-- What you will do --
Within the listing below, the lines to output run from the one containing "f 406 403 114" through the one containing "f 431 429 428"; copy them exactly and nothing else.

-- Input material --
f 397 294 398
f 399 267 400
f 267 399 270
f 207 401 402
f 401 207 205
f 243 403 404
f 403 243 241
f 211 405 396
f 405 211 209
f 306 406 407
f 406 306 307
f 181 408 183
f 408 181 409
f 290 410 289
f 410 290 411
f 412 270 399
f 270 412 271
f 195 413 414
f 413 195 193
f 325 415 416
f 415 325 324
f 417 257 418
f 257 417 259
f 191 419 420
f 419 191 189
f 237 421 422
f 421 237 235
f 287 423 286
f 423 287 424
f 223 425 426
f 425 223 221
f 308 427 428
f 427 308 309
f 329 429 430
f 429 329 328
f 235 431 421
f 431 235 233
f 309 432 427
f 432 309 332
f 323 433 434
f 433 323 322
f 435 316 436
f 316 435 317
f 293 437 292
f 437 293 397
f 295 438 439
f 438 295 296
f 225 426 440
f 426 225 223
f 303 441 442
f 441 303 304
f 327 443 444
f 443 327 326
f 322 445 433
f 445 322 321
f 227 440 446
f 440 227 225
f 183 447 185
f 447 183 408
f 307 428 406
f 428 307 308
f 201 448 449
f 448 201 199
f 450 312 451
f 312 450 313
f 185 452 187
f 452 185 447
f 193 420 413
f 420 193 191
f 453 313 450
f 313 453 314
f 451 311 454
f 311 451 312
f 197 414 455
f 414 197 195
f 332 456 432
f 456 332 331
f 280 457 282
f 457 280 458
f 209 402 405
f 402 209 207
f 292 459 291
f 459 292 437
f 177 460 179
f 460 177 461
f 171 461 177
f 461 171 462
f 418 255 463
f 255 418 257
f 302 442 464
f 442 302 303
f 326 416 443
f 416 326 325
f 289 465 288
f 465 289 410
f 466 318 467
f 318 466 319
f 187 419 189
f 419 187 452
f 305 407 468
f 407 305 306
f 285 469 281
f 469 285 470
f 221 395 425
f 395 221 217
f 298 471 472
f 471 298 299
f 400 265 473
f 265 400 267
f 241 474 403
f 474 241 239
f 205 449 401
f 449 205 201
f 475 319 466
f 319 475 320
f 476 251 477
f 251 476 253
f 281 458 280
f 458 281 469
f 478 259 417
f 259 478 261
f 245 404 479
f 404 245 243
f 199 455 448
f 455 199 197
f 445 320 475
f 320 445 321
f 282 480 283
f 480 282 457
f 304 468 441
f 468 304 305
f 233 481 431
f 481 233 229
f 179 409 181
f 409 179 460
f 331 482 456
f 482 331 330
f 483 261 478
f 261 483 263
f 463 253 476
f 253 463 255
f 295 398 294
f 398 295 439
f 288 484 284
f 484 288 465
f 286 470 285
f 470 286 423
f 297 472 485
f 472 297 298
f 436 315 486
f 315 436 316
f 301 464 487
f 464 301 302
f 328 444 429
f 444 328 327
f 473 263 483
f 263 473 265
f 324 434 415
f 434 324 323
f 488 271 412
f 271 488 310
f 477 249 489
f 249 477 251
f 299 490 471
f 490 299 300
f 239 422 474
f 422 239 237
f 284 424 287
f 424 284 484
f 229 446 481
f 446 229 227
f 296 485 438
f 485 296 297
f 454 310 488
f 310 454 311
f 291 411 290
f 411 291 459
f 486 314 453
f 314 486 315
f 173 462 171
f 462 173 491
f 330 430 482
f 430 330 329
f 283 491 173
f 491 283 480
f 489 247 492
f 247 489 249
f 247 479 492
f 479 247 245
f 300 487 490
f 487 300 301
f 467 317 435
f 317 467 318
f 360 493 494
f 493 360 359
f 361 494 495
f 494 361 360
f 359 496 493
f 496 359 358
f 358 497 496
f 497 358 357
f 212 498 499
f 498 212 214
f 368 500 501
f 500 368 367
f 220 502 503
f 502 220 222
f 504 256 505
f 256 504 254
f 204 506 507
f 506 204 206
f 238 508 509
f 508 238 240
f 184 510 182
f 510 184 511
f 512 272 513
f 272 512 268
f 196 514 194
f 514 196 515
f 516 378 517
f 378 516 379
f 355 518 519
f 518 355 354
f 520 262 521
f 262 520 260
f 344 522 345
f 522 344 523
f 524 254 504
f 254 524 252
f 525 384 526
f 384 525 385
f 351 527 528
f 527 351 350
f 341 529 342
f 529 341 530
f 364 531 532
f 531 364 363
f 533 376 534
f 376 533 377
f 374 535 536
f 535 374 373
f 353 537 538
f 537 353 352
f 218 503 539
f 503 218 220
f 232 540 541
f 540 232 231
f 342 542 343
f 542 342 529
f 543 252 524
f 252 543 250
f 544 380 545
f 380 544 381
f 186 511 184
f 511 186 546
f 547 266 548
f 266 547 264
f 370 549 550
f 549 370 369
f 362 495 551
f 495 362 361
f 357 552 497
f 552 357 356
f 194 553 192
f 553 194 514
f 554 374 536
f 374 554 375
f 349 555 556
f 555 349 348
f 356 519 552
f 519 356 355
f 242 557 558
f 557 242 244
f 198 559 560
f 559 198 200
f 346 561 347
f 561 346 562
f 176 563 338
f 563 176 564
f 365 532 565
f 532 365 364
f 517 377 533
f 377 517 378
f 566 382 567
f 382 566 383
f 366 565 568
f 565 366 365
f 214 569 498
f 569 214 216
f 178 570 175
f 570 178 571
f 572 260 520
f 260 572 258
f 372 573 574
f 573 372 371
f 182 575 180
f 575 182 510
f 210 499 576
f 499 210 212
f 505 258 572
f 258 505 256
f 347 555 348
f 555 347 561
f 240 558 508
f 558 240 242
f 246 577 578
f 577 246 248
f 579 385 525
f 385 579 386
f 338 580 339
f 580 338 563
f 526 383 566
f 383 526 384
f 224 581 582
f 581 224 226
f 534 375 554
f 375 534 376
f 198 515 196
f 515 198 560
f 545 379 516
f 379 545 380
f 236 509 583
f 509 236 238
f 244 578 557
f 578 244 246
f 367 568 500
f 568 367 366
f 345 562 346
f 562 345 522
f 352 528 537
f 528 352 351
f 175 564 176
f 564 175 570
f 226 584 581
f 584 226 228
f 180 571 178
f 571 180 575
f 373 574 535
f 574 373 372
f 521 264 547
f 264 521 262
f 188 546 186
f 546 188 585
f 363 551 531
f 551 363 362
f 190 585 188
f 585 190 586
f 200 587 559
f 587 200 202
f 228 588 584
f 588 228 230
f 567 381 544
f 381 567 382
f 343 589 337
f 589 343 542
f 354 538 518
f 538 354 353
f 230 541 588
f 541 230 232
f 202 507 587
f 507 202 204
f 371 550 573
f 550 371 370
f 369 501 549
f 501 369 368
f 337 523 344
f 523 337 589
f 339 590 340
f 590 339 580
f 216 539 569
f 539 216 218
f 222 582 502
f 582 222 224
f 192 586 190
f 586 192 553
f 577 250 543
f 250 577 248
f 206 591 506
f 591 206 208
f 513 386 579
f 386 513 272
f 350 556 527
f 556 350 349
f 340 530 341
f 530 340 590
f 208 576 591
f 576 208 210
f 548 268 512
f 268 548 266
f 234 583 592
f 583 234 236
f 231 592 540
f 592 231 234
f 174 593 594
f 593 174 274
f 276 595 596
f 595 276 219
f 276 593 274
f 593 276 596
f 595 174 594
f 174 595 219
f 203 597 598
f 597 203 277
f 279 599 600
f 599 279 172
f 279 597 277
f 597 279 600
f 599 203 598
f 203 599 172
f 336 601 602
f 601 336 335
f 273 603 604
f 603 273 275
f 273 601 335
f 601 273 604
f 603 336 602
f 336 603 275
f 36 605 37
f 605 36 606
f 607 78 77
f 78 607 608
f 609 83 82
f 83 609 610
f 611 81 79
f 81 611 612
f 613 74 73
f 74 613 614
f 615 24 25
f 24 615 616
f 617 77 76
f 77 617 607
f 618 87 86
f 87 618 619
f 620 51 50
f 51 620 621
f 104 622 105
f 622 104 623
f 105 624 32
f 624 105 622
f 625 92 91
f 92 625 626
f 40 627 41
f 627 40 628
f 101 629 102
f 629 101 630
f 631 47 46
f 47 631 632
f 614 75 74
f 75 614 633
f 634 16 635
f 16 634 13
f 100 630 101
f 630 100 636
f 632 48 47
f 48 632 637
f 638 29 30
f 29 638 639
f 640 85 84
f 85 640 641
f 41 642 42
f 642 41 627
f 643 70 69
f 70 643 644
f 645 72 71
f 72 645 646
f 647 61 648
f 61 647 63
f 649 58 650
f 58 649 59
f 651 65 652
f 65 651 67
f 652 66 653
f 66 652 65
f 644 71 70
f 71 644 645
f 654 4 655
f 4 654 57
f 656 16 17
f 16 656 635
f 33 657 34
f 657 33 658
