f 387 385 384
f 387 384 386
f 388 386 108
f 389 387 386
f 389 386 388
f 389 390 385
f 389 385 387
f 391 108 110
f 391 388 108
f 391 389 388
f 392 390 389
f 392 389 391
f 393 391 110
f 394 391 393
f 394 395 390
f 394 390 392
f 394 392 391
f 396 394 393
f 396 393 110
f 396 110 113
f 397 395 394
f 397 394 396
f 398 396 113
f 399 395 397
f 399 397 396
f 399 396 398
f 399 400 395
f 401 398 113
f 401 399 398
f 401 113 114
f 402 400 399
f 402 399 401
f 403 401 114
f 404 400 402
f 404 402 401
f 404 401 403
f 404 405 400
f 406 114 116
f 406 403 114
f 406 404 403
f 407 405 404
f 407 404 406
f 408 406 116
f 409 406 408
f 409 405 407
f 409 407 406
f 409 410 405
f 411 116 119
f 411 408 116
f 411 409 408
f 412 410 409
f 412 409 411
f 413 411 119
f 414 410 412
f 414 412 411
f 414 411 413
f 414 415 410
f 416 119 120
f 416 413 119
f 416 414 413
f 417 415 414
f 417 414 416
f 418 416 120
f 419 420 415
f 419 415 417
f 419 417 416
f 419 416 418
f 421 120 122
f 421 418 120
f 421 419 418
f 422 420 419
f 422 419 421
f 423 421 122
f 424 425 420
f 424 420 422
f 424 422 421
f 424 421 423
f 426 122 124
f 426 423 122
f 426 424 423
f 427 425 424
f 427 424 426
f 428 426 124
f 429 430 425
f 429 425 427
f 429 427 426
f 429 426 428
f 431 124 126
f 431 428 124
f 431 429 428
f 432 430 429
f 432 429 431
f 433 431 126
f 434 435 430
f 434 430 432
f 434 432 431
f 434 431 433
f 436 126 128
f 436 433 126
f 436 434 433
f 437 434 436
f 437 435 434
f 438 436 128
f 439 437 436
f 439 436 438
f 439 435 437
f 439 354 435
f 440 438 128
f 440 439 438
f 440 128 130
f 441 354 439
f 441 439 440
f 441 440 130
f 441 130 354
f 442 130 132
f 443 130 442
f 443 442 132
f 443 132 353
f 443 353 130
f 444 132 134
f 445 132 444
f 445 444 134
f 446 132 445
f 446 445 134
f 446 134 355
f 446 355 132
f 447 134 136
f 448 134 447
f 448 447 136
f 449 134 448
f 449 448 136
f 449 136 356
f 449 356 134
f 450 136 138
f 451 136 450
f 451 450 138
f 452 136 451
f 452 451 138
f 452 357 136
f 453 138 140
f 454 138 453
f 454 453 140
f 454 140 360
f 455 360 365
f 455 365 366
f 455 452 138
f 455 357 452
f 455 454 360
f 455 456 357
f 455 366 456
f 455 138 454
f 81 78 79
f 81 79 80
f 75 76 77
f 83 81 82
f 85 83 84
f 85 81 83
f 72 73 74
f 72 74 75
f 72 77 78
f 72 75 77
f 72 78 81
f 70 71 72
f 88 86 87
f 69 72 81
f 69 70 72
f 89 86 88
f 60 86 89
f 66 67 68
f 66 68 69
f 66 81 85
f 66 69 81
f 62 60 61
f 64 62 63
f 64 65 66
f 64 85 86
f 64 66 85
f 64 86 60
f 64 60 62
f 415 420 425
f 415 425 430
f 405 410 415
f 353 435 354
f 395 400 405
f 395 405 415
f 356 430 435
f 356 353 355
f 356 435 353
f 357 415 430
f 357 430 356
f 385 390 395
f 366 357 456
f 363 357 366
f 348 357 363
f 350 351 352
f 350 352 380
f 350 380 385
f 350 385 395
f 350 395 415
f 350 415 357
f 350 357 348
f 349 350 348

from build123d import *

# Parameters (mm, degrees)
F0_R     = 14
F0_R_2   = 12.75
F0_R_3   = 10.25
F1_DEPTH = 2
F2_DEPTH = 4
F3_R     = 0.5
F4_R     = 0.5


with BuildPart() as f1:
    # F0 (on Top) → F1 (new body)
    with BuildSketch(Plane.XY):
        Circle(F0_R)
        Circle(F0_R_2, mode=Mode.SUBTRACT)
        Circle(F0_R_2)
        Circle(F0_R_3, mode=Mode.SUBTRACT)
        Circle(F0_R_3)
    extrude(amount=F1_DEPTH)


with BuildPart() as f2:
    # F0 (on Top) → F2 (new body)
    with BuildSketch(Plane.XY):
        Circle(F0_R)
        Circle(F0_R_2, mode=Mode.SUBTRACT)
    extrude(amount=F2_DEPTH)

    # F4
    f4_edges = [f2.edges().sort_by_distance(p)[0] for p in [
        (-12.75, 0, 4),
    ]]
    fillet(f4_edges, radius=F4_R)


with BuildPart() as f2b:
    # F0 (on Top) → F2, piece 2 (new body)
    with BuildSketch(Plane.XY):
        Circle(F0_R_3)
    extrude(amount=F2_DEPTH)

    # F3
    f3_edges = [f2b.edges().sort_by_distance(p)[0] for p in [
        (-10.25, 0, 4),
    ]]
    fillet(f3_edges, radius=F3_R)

-- Task output --
f 406 403 114
f 406 404 403
f 407 405 404
f 407 404 406
f 408 406 116
f 409 406 408
f 409 405 407
f 409 407 406
f 409 410 405
f 411 116 119
f 411 408 116
f 411 409 408
f 412 410 409
f 412 409 411
f 413 411 119
f 414 410 412
f 414 412 411
f 414 411 413
f 414 415 410
f 416 119 120
f 416 413 119
f 416 414 413
f 417 415 414
f 417 414 416
f 418 416 120
f 419 420 415
f 419 415 417
f 419 417 416
f 419 416 418
f 421 120 122
f 421 418 120
f 421 419 418
f 422 420 419
f 422 419 421
f 423 421 122
f 424 425 420
f 424 420 422
f 424 422 421
f 424 421 423
f 426 122 124
f 426 423 122
f 426 424 423
f 427 425 424
f 427 424 426
f 428 426 124
f 429 430 425
f 429 425 427
f 429 427 426
f 429 426 428
f 431 124 126
f 431 428 124
f 431 429 428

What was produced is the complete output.